United Nations Secretary-General Antonio Guterres delivers his speech at the UN Climate Change Conference COP29 in Baku, Azerbaijan, 12 November 2024. (EPA)
United Nations Secretary-General Antonio Guterres delivers his speech at the UN Climate Change Conference COP29 in Baku, Azerbaijan, 12 November 2024. (EPA)

United Nations Secretary-General Antonio Guterres told world leaders at the COP29 summit on Tuesday to "pay up" to prevent climate-led humanitarian disasters, and said time was running out to limit a destructive rise in global temperatures.

Nearly 200 nations have gathered at the annual UN climate summit in Baku, focused this year on raising hundreds of billions of dollars to fund a global transition to cleaner energy sources and limit the climate damage caused by carbon emissions.

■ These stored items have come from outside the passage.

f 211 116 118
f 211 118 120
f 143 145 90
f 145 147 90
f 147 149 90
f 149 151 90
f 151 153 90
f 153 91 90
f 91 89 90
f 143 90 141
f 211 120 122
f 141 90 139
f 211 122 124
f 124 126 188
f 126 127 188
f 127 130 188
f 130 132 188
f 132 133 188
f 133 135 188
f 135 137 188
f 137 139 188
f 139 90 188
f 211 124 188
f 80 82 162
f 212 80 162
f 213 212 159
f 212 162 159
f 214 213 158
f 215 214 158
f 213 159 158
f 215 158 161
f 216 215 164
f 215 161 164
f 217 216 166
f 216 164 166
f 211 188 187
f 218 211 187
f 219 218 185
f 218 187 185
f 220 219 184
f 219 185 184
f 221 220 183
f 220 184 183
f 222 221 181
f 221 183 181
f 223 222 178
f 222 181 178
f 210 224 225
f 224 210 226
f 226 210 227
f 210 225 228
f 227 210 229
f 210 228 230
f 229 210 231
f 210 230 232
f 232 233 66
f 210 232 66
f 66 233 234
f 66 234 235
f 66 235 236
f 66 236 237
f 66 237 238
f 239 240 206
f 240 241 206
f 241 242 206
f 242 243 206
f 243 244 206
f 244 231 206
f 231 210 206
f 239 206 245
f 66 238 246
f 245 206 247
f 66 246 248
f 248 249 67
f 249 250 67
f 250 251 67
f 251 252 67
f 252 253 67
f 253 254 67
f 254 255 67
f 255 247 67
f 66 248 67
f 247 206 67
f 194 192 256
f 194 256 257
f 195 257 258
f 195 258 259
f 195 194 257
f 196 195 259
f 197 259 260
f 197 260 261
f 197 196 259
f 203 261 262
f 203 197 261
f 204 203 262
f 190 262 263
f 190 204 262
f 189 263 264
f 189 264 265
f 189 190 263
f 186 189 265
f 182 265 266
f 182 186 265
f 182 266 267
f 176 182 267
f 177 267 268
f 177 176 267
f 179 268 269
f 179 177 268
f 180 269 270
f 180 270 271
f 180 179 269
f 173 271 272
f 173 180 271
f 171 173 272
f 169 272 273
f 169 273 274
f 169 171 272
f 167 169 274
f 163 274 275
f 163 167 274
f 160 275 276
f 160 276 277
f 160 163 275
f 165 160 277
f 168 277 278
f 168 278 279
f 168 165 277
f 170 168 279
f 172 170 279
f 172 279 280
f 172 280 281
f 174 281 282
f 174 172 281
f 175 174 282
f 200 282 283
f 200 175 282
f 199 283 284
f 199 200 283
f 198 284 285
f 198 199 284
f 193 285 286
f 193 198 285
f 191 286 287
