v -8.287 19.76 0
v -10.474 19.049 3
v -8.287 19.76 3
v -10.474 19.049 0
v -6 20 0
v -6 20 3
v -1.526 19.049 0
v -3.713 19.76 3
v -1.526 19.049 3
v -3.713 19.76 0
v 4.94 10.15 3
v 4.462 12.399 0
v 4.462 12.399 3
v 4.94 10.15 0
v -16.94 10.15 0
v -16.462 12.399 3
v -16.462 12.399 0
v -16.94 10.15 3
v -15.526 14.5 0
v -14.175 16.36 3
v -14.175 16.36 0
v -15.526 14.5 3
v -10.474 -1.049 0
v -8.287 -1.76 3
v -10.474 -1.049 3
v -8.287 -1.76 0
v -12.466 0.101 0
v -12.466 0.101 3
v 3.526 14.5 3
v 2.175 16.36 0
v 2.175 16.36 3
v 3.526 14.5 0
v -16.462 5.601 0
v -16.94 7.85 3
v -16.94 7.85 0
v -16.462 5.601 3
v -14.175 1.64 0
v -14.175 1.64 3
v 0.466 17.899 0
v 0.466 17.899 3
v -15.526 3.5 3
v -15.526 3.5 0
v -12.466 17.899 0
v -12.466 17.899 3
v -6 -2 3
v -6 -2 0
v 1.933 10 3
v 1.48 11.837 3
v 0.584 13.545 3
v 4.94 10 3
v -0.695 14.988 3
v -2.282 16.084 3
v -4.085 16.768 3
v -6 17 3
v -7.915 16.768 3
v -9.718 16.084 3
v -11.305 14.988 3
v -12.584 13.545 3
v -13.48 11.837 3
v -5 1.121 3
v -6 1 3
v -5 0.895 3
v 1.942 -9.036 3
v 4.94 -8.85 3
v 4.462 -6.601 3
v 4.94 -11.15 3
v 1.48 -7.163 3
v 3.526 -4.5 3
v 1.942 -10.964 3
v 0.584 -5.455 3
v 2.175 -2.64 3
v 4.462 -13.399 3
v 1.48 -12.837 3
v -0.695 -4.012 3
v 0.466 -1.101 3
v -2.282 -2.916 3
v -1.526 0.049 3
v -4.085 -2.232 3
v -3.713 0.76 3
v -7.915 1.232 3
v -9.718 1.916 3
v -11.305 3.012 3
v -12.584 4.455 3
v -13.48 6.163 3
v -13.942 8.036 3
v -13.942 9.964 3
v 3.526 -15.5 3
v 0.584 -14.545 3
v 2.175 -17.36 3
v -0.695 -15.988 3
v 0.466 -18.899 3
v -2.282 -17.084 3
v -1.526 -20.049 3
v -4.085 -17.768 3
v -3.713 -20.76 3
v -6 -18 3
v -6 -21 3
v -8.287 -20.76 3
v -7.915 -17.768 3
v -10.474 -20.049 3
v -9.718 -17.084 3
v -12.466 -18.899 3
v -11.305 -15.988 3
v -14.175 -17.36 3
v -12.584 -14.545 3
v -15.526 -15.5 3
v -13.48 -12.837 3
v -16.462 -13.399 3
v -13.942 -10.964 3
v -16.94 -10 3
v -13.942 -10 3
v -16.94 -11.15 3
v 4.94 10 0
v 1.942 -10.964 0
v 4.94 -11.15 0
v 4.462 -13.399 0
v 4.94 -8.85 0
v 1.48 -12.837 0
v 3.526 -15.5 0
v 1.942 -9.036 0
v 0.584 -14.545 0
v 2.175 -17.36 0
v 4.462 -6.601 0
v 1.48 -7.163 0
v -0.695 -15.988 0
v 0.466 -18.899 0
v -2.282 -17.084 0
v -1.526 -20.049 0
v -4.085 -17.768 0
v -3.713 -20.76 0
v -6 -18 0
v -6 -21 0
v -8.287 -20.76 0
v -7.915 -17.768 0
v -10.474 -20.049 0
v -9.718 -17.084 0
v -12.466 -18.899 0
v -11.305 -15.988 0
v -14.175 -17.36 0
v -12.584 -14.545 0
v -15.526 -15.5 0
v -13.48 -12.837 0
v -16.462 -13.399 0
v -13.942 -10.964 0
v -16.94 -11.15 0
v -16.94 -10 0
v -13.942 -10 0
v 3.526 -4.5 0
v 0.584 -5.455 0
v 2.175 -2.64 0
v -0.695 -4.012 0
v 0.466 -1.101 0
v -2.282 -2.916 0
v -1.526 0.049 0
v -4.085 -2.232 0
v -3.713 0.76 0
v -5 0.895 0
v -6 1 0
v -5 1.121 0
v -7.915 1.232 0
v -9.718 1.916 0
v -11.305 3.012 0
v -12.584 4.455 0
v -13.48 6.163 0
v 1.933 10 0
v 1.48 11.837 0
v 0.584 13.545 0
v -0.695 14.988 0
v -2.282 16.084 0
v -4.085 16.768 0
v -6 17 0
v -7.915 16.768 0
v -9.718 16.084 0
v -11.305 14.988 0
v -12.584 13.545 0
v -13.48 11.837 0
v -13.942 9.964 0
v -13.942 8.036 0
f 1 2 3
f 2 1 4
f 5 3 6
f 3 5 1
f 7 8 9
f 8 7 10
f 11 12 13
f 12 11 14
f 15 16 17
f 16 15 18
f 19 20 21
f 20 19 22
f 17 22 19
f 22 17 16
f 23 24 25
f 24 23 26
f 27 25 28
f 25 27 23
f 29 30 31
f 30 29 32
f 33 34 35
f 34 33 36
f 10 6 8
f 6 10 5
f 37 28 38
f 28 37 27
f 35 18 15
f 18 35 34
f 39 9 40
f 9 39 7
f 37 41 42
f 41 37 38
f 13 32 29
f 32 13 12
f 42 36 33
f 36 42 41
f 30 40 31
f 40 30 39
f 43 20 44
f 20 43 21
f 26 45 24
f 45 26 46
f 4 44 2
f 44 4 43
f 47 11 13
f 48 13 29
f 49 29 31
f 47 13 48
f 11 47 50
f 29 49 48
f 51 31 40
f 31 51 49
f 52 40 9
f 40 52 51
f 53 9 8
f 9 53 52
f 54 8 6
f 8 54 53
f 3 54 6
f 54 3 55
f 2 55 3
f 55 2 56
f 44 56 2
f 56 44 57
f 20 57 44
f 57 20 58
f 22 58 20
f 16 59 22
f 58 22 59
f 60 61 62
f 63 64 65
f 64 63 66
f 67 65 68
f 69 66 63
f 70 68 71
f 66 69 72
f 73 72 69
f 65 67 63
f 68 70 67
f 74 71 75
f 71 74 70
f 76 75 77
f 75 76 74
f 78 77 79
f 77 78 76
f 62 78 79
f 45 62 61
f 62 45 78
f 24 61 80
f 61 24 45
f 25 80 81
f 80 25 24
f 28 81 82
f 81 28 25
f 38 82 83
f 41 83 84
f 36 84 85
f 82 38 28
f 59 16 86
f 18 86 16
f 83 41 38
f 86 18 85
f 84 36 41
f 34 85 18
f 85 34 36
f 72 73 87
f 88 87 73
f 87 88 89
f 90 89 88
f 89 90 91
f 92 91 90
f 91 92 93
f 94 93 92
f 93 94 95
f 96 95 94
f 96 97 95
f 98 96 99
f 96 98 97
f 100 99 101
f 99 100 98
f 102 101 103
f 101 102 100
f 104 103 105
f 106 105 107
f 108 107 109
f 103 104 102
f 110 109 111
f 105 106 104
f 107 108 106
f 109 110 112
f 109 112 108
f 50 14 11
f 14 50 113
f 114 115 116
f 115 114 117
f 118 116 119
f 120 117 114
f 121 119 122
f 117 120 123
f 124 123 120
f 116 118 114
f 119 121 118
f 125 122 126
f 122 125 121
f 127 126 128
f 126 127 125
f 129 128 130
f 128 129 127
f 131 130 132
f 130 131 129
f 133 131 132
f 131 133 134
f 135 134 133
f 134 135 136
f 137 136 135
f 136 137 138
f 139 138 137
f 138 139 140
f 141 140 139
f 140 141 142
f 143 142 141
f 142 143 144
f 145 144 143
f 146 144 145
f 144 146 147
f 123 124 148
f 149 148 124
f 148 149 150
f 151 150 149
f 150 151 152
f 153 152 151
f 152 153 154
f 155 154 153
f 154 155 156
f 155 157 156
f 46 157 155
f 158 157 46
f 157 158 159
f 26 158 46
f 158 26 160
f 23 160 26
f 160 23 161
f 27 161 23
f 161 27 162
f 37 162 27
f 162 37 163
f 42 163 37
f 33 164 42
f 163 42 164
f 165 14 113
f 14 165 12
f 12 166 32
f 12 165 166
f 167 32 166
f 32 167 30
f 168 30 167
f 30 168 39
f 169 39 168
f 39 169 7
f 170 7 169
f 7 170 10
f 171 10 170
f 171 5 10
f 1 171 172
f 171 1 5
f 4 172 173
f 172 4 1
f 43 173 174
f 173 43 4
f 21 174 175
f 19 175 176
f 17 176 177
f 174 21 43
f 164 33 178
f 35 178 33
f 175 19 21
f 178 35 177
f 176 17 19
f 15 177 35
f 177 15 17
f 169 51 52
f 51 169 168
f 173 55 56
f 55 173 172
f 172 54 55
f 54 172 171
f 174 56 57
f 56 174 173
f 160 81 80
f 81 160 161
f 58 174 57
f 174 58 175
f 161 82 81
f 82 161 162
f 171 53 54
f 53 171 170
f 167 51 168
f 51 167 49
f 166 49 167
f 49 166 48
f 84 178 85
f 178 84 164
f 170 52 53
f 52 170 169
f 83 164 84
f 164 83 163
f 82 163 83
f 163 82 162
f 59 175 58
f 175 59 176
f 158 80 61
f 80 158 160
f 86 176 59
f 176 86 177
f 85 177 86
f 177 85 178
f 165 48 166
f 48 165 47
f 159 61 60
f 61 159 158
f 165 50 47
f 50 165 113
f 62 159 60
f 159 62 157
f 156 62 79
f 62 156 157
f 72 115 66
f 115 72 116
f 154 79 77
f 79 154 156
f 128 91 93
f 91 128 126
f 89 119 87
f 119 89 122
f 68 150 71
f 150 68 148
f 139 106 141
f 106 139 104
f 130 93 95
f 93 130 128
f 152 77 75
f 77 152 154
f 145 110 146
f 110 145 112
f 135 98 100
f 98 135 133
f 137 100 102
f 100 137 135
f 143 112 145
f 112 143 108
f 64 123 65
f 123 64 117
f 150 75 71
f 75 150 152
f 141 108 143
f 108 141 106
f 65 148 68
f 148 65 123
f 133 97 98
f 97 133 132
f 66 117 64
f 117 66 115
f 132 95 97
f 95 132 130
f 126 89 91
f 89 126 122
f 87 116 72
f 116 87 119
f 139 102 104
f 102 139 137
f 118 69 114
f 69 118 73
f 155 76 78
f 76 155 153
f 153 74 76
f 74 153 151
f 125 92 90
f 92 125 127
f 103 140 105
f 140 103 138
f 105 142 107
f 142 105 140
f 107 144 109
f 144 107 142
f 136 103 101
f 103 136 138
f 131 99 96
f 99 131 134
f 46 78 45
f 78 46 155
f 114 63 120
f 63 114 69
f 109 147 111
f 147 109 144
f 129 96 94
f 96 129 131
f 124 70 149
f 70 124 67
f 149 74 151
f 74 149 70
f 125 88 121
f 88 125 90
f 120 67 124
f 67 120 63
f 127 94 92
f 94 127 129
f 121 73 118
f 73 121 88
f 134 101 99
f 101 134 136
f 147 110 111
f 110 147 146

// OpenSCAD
//буква S
translate([-100,0,0]) rotate([0,0,90])
union(){
difference(){
  translate([9,-94,0]) cylinder(3,11,11);
  translate([9,-94,-1]) cylinder(5,8,8);
  translate([-5,-110,-1]) cube(15);

}

difference(){
  translate([-10,-94,0]) cylinder(3,11,11);
  translate([-10,-94,-1]) cylinder(5,8,8);
  translate([-10,-94,-1]) cube(15);
}
}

But on the day of the summit designed to bring together world leaders and generate political momentum for the marathon negotiations, many of the leading players were not present to hear Guterres' message. After victory for Donald Trump, a climate change denier, in the US presidential election, President Joe Biden will not attend. Chinese President Xi Jinping has sent a deputy and European Commission President Ursula von der Leyen is not attending because of political developments in Brussels.

"On climate finance, the world must pay up, or humanity will pay the price," Guterres said in a speech. "The sound you hear is the ticking clock. We are in the final countdown to limit global temperature rise to 1.5 degrees Celsius and time is not on our side."

This year is set to be the hottest on record. Scientists say evidence shows global warming and its impacts are unfolding faster than expected and the world may already have hit 1.5 degree Celsius (2.7 F) of warming above the average pre-industrial temperature - a critical threshold beyond which it is at risk of irreversible and extreme climate change.

As COP29 began, unusual east coast US wildfires that triggered air quality warnings for New York continued to grow. In Spain, survivors are coming to terms with the worst floods in the country's modern history and the Spanish government has announced billions of euros for reconstruction.